## TASK GOAL
Below is a set of records. Please retype every one exactly.

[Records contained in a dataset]

§ §

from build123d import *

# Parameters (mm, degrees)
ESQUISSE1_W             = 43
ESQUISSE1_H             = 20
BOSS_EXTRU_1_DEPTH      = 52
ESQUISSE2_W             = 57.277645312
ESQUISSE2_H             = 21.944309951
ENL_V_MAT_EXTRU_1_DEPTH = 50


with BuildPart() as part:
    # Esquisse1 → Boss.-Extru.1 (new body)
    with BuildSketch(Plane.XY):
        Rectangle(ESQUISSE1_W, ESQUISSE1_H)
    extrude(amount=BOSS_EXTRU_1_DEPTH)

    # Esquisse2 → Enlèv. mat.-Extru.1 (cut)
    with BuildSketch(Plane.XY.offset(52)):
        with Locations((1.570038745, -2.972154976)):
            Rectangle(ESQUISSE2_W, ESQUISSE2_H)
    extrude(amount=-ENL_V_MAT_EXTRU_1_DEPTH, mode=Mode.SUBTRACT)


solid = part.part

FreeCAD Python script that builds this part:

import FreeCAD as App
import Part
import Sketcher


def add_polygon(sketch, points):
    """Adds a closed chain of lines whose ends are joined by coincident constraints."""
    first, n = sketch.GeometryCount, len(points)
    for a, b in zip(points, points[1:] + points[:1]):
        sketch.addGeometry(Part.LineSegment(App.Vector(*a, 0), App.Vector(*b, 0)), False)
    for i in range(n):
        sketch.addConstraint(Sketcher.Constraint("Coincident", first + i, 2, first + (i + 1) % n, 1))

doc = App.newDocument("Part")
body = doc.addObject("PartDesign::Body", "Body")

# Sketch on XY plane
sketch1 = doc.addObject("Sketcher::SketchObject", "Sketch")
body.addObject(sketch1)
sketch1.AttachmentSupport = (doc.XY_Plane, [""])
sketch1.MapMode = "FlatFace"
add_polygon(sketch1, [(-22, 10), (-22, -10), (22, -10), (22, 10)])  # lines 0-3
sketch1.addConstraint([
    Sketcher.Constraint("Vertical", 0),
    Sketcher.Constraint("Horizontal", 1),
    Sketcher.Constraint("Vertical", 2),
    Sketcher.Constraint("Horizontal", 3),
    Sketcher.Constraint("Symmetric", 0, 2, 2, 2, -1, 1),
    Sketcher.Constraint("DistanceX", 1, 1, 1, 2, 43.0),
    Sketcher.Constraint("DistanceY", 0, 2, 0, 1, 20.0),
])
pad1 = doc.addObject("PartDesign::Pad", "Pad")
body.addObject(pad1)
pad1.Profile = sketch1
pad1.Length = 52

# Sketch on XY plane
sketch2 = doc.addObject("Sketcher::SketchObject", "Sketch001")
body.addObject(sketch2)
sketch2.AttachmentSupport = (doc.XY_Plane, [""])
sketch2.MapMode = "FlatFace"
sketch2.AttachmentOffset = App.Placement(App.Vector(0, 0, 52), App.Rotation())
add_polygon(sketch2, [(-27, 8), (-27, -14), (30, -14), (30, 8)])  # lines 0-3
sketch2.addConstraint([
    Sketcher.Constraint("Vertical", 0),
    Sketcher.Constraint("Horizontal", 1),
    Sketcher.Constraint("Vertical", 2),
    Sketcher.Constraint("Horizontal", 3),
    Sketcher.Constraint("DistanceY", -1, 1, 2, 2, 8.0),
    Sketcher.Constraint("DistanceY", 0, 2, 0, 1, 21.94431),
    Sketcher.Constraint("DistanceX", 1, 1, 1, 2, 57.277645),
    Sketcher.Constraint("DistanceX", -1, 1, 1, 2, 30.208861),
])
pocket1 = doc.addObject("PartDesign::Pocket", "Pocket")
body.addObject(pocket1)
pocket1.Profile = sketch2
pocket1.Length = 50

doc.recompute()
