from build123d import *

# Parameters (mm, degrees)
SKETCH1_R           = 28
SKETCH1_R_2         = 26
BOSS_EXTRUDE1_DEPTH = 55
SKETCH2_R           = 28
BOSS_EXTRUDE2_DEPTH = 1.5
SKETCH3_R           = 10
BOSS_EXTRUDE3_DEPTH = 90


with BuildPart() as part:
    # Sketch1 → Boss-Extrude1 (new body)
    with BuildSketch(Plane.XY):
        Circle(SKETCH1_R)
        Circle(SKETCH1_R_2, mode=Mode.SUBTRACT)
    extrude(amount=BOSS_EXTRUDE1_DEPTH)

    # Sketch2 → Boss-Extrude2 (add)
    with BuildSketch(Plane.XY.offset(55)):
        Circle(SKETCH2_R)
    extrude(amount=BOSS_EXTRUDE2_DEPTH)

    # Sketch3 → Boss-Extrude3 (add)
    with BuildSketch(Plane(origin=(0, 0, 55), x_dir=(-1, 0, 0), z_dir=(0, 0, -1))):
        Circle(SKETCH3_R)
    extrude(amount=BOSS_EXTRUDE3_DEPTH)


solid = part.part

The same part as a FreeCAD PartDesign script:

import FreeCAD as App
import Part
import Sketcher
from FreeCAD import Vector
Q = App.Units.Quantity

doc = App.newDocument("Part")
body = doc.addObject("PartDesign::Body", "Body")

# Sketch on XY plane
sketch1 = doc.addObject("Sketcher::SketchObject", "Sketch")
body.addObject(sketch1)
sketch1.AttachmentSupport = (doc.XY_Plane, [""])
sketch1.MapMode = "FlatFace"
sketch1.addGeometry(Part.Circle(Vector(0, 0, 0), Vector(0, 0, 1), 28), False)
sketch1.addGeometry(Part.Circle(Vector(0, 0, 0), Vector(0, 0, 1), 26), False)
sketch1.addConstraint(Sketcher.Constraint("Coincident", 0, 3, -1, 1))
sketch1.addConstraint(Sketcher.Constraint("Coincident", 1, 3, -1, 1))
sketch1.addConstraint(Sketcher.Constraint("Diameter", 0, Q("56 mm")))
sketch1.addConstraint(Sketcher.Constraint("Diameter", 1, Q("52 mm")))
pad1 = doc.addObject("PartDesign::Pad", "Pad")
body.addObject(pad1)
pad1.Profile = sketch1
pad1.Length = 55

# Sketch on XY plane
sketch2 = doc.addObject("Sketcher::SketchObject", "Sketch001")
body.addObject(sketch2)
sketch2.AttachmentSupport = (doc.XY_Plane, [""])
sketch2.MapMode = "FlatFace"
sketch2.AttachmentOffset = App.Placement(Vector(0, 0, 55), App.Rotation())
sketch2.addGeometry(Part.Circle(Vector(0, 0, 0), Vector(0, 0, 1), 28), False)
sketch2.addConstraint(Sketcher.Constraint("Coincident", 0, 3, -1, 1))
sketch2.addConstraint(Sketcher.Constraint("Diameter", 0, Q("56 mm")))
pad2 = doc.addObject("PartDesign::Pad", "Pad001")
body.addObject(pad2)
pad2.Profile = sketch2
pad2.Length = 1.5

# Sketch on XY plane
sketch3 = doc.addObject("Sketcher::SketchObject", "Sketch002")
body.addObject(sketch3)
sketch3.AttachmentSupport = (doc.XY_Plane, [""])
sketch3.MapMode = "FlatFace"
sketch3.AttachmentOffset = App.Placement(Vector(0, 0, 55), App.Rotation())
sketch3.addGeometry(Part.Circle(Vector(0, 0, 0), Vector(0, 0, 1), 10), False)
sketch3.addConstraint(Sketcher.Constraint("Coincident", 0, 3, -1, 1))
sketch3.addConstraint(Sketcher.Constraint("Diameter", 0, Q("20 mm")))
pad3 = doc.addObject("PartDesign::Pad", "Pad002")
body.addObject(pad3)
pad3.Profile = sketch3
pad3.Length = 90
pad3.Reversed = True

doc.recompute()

§ §

## SOLUTION
from build123d import *

# Parameters (mm, degrees)
ESQUISSE1_W             = 43
ESQUISSE1_H             = 20
BOSS_EXTRU_1_DEPTH      = 52
ESQUISSE2_W             = 57.277645312
ESQUISSE2_H             = 21.944309951
ENL_V_MAT_EXTRU_1_DEPTH = 50


with BuildPart() as part:
    # Esquisse1 → Boss.-Extru.1 (new body)
    with BuildSketch(Plane.XY):
        Rectangle(ESQUISSE1_W, ESQUISSE1_H)
    extrude(amount=BOSS_EXTRU_1_DEPTH)

    # Esquisse2 → Enlèv. mat.-Extru.1 (cut)
    with BuildSketch(Plane.XY.offset(52)):
        with Locations((1.570038745, -2.972154976)):
            Rectangle(ESQUISSE2_W, ESQUISSE2_H)
    extrude(amount=-ENL_V_MAT_EXTRU_1_DEPTH, mode=Mode.SUBTRACT)


solid = part.part

FreeCAD Python script that builds this part:

import FreeCAD as App
import Part
import Sketcher


def add_polygon(sketch, points):
    """Adds a closed chain of lines whose ends are joined by coincident constraints."""
    first, n = sketch.GeometryCount, len(points)
    for a, b in zip(points, points[1:] + points[:1]):
        sketch.addGeometry(Part.LineSegment(App.Vector(*a, 0), App.Vector(*b, 0)), False)
    for i in range(n):
        sketch.addConstraint(Sketcher.Constraint("Coincident", first + i, 2, first + (i + 1) % n, 1))

doc = App.newDocument("Part")
body = doc.addObject("PartDesign::Body", "Body")

# Sketch on XY plane
sketch1 = doc.addObject("Sketcher::SketchObject", "Sketch")
body.addObject(sketch1)
sketch1.AttachmentSupport = (doc.XY_Plane, [""])
sketch1.MapMode = "FlatFace"
add_polygon(sketch1, [(-22, 10), (-22, -10), (22, -10), (22, 10)])  # lines 0-3
sketch1.addConstraint([
    Sketcher.Constraint("Vertical", 0),
    Sketcher.Constraint("Horizontal", 1),
    Sketcher.Constraint("Vertical", 2),
    Sketcher.Constraint("Horizontal", 3),
    Sketcher.Constraint("Symmetric", 0, 2, 2, 2, -1, 1),
    Sketcher.Constraint("DistanceX", 1, 1, 1, 2, 43.0),
    Sketcher.Constraint("DistanceY", 0, 2, 0, 1, 20.0),
])
pad1 = doc.addObject("PartDesign::Pad", "Pad")
body.addObject(pad1)
pad1.Profile = sketch1
pad1.Length = 52

# Sketch on XY plane
sketch2 = doc.addObject("Sketcher::SketchObject", "Sketch001")
body.addObject(sketch2)
sketch2.AttachmentSupport = (doc.XY_Plane, [""])
sketch2.MapMode = "FlatFace"
sketch2.AttachmentOffset = App.Placement(App.Vector(0, 0, 52), App.Rotation())
add_polygon(sketch2, [(-27, 8), (-27, -14), (30, -14), (30, 8)])  # lines 0-3
sketch2.addConstraint([
    Sketcher.Constraint("Vertical", 0),
    Sketcher.Constraint("Horizontal", 1),
    Sketcher.Constraint("Vertical", 2),
    Sketcher.Constraint("Horizontal", 3),
    Sketcher.Constraint("DistanceY", -1, 1, 2, 2, 8.0),
    Sketcher.Constraint("DistanceY", 0, 2, 0, 1, 21.94431),
    Sketcher.Constraint("DistanceX", 1, 1, 1, 2, 57.277645),
    Sketcher.Constraint("DistanceX", -1, 1, 1, 2, 30.208861),
])
pocket1 = doc.addObject("PartDesign::Pocket", "Pocket")
body.addObject(pocket1)
pocket1.Profile = sketch2
pocket1.Length = 50

doc.recompute()
from build123d import *

# Parameters (mm, degrees)
SKETCH1_R           = 28
SKETCH1_R_2         = 26
BOSS_EXTRUDE1_DEPTH = 55
SKETCH2_R           = 28
BOSS_EXTRUDE2_DEPTH = 1.5
SKETCH3_R           = 10
BOSS_EXTRUDE3_DEPTH = 90


with BuildPart() as part:
    # Sketch1 → Boss-Extrude1 (new body)
    with BuildSketch(Plane.XY):
        Circle(SKETCH1_R)
        Circle(SKETCH1_R_2, mode=Mode.SUBTRACT)
    extrude(amount=BOSS_EXTRUDE1_DEPTH)

    # Sketch2 → Boss-Extrude2 (add)
    with BuildSketch(Plane.XY.offset(55)):
        Circle(SKETCH2_R)
    extrude(amount=BOSS_EXTRUDE2_DEPTH)

    # Sketch3 → Boss-Extrude3 (add)
    with BuildSketch(Plane(origin=(0, 0, 55), x_dir=(-1, 0, 0), z_dir=(0, 0, -1))):
        Circle(SKETCH3_R)
    extrude(amount=BOSS_EXTRUDE3_DEPTH)


solid = part.part

The same part as a FreeCAD PartDesign script:

import FreeCAD as App
import Part
import Sketcher
from FreeCAD import Vector
Q = App.Units.Quantity

doc = App.newDocument("Part")
body = doc.addObject("PartDesign::Body", "Body")

# Sketch on XY plane
sketch1 = doc.addObject("Sketcher::SketchObject", "Sketch")
body.addObject(sketch1)
sketch1.AttachmentSupport = (doc.XY_Plane, [""])
sketch1.MapMode = "FlatFace"
sketch1.addGeometry(Part.Circle(Vector(0, 0, 0), Vector(0, 0, 1), 28), False)
sketch1.addGeometry(Part.Circle(Vector(0, 0, 0), Vector(0, 0, 1), 26), False)
sketch1.addConstraint(Sketcher.Constraint("Coincident", 0, 3, -1, 1))
sketch1.addConstraint(Sketcher.Constraint("Coincident", 1, 3, -1, 1))
sketch1.addConstraint(Sketcher.Constraint("Diameter", 0, Q("56 mm")))
sketch1.addConstraint(Sketcher.Constraint("Diameter", 1, Q("52 mm")))
pad1 = doc.addObject("PartDesign::Pad", "Pad")
body.addObject(pad1)
pad1.Profile = sketch1
pad1.Length = 55

# Sketch on XY plane
sketch2 = doc.addObject("Sketcher::SketchObject", "Sketch001")
body.addObject(sketch2)
sketch2.AttachmentSupport = (doc.XY_Plane, [""])
sketch2.MapMode = "FlatFace"
sketch2.AttachmentOffset = App.Placement(Vector(0, 0, 55), App.Rotation())
sketch2.addGeometry(Part.Circle(Vector(0, 0, 0), Vector(0, 0, 1), 28), False)
sketch2.addConstraint(Sketcher.Constraint("Coincident", 0, 3, -1, 1))
sketch2.addConstraint(Sketcher.Constraint("Diameter", 0, Q("56 mm")))
pad2 = doc.addObject("PartDesign::Pad", "Pad001")
body.addObject(pad2)
pad2.Profile = sketch2
pad2.Length = 1.5

# Sketch on XY plane
sketch3 = doc.addObject("Sketcher::SketchObject", "Sketch002")
body.addObject(sketch3)
sketch3.AttachmentSupport = (doc.XY_Plane, [""])
sketch3.MapMode = "FlatFace"
sketch3.AttachmentOffset = App.Placement(Vector(0, 0, 55), App.Rotation())
sketch3.addGeometry(Part.Circle(Vector(0, 0, 0), Vector(0, 0, 1), 10), False)
sketch3.addConstraint(Sketcher.Constraint("Coincident", 0, 3, -1, 1))
sketch3.addConstraint(Sketcher.Constraint("Diameter", 0, Q("20 mm")))
pad3 = doc.addObject("PartDesign::Pad", "Pad002")
body.addObject(pad3)
pad3.Profile = sketch3
pad3.Length = 90
pad3.Reversed = True

doc.recompute()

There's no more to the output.